Contos de João Câmara refletem propulsão criativa
Autor radicado pernambucano fala sobre seu novo livro de contos, 'Retábulos, Predela', dividido em três diferentes narrativas
Publicado: 29/09/2025 às 06:00

(Divulgação)
Um dos nomes mais importantes das artes visuais pernambucanas, João Câmara segue em busca de constante renovação. Agora com seu terceiro livro de contos, Retábulos, Predela, o autor reúne três narrativas para observar o dia a dia através de um olhar simultaneamente analítico e literário, que destaca o lado de ficcionista que o artista paraibano radicado em Pernambuco, aos 81 anos, vem cultivando.
As histórias em questão são Anselmo, Emanuel e Carol.
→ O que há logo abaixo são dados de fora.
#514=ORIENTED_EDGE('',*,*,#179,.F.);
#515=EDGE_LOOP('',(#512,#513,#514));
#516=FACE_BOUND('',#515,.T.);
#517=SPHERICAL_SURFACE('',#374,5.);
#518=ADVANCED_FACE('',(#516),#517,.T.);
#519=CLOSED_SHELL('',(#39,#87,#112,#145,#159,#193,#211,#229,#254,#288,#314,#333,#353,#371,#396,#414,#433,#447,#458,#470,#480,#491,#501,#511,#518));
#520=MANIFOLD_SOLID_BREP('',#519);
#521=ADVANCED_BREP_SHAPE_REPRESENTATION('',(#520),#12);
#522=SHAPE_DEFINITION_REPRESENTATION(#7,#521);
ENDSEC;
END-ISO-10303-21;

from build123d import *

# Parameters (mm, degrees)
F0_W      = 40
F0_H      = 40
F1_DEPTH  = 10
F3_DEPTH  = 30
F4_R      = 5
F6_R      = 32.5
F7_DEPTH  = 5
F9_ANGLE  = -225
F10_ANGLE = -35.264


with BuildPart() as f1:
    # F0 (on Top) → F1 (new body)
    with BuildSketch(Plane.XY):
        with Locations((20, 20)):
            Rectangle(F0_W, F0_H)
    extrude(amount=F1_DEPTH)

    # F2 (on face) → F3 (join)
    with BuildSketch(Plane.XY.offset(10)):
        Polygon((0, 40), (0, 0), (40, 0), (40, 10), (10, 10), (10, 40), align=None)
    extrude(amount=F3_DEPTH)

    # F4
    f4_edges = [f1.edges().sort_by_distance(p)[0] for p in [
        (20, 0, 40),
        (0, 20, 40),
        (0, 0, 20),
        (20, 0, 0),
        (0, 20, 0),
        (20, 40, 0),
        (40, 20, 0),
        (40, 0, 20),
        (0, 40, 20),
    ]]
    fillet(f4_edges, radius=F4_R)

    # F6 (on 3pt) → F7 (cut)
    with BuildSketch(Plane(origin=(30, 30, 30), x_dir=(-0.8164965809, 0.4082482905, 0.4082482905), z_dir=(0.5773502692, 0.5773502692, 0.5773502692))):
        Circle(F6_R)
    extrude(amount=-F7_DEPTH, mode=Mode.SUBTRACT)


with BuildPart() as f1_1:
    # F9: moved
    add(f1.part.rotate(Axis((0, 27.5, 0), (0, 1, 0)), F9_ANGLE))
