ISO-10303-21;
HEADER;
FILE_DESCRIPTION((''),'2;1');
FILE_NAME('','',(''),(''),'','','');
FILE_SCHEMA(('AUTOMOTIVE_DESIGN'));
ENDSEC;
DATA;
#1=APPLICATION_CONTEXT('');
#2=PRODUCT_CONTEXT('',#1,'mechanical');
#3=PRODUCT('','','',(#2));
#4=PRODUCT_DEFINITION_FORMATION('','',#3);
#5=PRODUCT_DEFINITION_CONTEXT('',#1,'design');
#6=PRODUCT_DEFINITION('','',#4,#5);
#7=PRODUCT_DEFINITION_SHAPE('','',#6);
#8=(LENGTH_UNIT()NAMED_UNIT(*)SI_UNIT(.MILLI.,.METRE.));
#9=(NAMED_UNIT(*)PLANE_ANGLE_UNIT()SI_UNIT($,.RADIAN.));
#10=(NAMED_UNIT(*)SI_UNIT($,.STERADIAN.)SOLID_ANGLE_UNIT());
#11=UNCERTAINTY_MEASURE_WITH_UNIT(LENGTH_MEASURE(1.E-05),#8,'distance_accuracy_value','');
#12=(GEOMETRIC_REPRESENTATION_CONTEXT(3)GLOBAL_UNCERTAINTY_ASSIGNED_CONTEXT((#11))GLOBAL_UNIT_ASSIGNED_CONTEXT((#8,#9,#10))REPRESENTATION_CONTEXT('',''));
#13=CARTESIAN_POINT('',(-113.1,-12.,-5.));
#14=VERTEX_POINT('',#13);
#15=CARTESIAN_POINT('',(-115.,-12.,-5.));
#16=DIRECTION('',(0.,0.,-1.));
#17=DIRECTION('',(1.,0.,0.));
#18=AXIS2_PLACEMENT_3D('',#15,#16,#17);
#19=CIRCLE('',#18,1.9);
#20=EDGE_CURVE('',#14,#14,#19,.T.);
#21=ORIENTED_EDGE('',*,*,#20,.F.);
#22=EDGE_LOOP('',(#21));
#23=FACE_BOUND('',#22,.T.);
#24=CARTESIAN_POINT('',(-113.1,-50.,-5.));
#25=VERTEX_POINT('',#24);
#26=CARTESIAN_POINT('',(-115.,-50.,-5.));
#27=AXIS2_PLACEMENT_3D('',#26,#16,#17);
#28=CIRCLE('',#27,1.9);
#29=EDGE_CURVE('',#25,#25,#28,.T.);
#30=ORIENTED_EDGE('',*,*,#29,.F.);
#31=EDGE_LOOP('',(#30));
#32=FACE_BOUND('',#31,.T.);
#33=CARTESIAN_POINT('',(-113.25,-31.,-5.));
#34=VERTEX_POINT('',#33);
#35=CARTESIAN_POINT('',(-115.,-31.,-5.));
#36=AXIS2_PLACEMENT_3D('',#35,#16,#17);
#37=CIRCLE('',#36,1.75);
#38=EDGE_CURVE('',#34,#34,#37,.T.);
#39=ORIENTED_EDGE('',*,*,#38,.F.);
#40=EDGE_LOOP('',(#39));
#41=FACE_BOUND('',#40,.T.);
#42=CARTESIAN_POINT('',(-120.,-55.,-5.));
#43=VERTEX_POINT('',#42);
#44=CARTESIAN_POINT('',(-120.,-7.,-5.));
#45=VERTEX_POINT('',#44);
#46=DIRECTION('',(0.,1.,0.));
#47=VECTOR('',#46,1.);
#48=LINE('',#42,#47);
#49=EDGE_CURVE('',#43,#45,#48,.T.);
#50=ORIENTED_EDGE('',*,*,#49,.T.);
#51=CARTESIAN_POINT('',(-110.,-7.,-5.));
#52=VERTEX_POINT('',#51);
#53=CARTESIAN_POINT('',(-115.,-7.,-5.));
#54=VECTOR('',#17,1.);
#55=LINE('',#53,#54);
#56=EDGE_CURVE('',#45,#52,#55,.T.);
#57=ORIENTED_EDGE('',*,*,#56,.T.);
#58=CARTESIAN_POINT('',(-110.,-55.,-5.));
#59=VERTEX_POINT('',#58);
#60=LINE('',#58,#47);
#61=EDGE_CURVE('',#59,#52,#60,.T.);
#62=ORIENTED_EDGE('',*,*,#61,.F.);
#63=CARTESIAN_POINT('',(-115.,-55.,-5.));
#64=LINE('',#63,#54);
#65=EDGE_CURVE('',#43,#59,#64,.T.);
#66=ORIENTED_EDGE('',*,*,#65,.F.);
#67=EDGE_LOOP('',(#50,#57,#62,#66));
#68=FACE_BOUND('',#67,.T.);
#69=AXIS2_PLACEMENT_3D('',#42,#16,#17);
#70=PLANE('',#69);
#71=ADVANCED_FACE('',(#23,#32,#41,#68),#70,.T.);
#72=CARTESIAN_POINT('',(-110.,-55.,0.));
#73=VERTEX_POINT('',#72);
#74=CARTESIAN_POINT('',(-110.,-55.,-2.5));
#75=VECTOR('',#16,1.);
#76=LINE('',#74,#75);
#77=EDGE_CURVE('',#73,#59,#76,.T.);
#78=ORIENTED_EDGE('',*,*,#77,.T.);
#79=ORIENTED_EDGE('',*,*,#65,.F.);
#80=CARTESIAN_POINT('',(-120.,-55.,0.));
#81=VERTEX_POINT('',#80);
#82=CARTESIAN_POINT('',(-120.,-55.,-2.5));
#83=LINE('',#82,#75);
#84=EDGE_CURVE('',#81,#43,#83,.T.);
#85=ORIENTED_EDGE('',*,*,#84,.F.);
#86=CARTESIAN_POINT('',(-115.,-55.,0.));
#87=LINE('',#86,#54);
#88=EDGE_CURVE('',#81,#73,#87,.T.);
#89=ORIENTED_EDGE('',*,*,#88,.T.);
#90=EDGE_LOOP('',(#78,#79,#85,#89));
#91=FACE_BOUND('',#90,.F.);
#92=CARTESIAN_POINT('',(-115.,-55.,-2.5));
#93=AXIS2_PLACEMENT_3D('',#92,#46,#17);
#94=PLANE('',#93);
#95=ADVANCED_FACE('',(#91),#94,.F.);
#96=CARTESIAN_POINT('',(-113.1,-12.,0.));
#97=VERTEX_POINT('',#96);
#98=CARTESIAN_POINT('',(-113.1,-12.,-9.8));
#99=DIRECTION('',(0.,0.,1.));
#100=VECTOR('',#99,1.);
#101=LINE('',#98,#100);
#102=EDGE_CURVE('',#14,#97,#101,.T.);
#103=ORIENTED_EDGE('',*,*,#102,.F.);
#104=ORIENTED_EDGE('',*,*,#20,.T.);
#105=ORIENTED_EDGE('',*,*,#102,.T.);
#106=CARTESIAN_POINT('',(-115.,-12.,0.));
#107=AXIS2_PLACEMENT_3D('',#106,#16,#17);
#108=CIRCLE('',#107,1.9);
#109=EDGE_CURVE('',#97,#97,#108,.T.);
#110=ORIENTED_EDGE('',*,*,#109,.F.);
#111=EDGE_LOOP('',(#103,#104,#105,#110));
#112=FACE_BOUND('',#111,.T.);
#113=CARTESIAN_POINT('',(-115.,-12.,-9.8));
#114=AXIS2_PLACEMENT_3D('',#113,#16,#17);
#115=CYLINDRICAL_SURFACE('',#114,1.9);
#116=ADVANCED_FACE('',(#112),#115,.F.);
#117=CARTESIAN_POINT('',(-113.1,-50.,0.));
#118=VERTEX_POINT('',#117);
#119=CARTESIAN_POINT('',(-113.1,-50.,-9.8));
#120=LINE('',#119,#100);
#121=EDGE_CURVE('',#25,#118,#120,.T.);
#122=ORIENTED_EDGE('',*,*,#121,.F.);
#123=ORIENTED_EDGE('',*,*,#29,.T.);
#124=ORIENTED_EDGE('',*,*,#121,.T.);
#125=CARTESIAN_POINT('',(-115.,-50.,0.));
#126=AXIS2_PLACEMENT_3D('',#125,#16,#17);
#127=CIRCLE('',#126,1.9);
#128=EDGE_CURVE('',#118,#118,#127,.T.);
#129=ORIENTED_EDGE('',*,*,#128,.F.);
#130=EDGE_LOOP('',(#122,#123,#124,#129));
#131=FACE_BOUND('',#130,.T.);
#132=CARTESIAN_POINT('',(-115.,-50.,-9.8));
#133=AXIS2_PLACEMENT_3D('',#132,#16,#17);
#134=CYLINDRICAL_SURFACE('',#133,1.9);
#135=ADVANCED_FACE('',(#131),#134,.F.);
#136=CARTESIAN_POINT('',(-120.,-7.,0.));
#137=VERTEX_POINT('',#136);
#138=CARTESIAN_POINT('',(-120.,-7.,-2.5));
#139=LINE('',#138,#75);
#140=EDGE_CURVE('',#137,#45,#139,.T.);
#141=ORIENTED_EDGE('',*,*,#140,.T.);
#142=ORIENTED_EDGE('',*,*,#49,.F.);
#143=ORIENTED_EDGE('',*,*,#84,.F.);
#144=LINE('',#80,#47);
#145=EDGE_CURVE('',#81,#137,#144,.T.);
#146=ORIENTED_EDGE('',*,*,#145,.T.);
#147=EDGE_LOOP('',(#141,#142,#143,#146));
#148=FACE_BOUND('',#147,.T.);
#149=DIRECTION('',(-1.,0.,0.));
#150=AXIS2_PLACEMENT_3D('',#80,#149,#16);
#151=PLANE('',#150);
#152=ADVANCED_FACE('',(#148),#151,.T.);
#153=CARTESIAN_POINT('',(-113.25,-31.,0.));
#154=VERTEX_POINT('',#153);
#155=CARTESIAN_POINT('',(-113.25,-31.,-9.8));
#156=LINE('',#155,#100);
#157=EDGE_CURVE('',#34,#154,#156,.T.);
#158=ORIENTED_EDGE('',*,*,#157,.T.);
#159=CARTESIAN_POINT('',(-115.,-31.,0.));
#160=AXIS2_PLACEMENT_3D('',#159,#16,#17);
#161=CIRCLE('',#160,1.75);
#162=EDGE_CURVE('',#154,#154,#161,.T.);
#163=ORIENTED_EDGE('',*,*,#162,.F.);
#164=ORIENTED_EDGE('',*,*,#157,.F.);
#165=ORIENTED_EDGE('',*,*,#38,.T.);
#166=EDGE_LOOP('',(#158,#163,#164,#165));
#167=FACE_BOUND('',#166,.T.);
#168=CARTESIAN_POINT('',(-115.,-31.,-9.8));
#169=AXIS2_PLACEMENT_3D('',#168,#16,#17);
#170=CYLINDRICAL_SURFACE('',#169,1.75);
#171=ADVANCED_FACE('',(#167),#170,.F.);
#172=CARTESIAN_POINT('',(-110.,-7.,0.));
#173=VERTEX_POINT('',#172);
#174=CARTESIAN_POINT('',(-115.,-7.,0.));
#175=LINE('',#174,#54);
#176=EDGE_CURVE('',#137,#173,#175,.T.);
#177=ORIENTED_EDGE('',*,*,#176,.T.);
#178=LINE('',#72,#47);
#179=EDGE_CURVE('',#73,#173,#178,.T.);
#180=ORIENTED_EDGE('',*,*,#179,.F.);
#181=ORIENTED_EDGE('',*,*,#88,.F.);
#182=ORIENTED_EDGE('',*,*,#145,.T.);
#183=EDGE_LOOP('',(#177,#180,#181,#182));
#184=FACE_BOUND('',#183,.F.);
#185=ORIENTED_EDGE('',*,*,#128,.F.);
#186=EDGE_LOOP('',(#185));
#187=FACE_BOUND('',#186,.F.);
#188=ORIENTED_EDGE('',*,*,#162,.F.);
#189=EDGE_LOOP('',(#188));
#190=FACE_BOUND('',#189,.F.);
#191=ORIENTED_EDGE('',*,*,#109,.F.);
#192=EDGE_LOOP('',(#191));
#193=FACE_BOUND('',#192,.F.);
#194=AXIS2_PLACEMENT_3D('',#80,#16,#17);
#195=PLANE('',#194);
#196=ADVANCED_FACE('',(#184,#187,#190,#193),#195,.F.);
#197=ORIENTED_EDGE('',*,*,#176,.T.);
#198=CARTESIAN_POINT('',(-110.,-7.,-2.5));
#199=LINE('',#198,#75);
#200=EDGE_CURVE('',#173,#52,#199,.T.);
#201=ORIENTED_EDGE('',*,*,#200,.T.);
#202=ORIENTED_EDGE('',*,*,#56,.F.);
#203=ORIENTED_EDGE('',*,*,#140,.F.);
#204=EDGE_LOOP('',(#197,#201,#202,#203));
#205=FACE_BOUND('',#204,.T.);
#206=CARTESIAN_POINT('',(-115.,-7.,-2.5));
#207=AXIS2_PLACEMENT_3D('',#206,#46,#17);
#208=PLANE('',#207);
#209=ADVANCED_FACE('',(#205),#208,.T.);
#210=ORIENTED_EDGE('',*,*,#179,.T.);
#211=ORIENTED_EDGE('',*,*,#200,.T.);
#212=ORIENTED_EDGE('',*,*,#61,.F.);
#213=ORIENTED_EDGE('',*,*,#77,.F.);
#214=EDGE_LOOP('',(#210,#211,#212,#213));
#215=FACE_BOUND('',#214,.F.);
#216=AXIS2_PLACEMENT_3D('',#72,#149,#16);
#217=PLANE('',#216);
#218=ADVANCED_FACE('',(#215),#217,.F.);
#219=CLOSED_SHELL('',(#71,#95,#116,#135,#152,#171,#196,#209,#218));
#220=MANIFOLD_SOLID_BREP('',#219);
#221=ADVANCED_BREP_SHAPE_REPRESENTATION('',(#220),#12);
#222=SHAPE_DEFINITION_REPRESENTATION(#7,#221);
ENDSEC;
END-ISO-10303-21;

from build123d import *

# Parameters (mm, degrees)
CYLINDER066_R          = 1.9
CYLINDER066_DEPTH      = 10
CYLINDER067_R          = 1.9
CYLINDER067_DEPTH      = 10
CYLINDER065_R          = 1.75
CYLINDER065_DEPTH      = 10
BOX014_W               = 10
BOX014_H               = 5
BOX014_DEPTH           = 48
CUT005_PLACEMENT_ANGLE = 90


with BuildPart() as cylinder066:
    # Cylinder066 → Cylinder066 (new body)
    with BuildSketch(Plane(origin=(-115, 0, -50), x_dir=(1, 0, 0), z_dir=(0, -1, 0))):
        Circle(CYLINDER066_R)
    extrude(amount=CYLINDER066_DEPTH)


with BuildPart() as cylinder067:
    # Cylinder067 → Cylinder067 (new body)
    with BuildSketch(Plane(origin=(-115, 0, -12), x_dir=(1, 0, 0), z_dir=(0, -1, 0))):
        Circle(CYLINDER067_R)
    extrude(amount=CYLINDER067_DEPTH)


with BuildPart() as sidecuts001:
    # Cylinder065 → Cylinder065 (new body)
    with BuildSketch(Plane(origin=(-115, 0, -31), x_dir=(1, 0, 0), z_dir=(0, -1, 0))):
        Circle(CYLINDER065_R)
    extrude(amount=CYLINDER065_DEPTH)

    # Fusion024: union Cylinder066, Cylinder067
    add(cylinder066.part)
    add(cylinder067.part)


with BuildPart() as sidecuts001_1:
    # Fusion024 placement: moved
    add(sidecuts001.part.moved(Location((0, 9.8, 0))))


with BuildPart() as cornerbase001:
    # Box014 → Box014 (new body)
    with BuildSketch(Plane(origin=(-120, 0, -55), x_dir=(1, 0, 0), z_dir=(0, 0, 1))):
        with Locations((5, 2.5)):
            Rectangle(BOX014_W, BOX014_H)
    extrude(amount=BOX014_DEPTH)

    # Cut005: cut sideCuts001
    add(sidecuts001_1.part, mode=Mode.SUBTRACT)


with BuildPart() as cornerbase001_1:
    # Cut005 placement: moved
    add(cornerbase001.part.rotate(Axis((0, 0, 0), (-1, 0, 0)), CUT005_PLACEMENT_ANGLE))


solid = cornerbase001_1.part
A primeira acompanha um trabalhador aposentado cujo maior sonho é viver à beira-mar; a segunda se passa na Angola do século 20 e acompanha registros de guerra narrados em formato de diário; já na terceira, uma prostituta de um cabaré de luxo que dá à luz uma criança que dá título à narrativa.
“Trabalhando há muitos anos como artista plástico figurativo, não sinto incômodo em lidar com figuras que falam e se movem, se inserem, a seu modo, num mundo criado só para elas ou tomado da vida dita real”, comenta o artista em entrevista ao Viver. “Processo criativo é uma instância imprópria para a consciência do artista, um artifício de intelecto que, quando insiste em reger a obra, a assassina prazerosamente. Gosto de escrever sobre temas distantes uns dos outros em geografia e tempos históricos, e isso é também o que gosto de ler”, prossegue na conversa.
Apesar dos tantos anos de experiência, João Câmara revela que escrever sempre será uma atividade difícil para ele. “Devo dizer que, não sendo um escritor profissional, acho tudo complicado. Os textos se urdem em forma de contos porque estão entre o que quero e o que posso, a escolha se dá neste espaço exíguo”, ressalta. “No momento, estou escrevendo um texto que não sei bem o que é e já vai em 500 páginas, mas ainda não se determinou como contos, novela, rapsódia. Já há mais personagens que o espaço da cidade em que moram”.
A busca por inspiração pode vir de vários lugares e Câmara define o audiovisual em suas diferentes fontes como essenciais para sua construção ficcional, em particular nesse novo projeto. “Vejo cinema, muito. Mesmo quando o filme é ruim, de diálogos pobres, de enredo banal, de música idiota, ainda haverá a fotografia de uma paisagem, uma cidade remanescente, reminiscente também. O diretor não viu isso, o produtor não cortou, o filme dá esse regalo a quem não o abandona. Sempre é surpreendente, isso melhora até a canastrice dos atores, aproxima-os do perdão humanitário”, afirma o autor.
No fim da entrevista, o escritor reafirmou que está sempre aprendendo, mas não passou sem deixar uma contribuição para quem pretende seguir os rumos da escrita. "Sou um escritor idoso principiante, não sei se estou posição de dar conselhos a jovens com projetos de maturidade, mas digo de forma inegociável que escrevam para si mesmos. Não escrevam para o público leitor ou para o editor. Escritos dessa ordem são tornados reais apenas por profissionais de gênio, altamente capacitados", pontua o artista.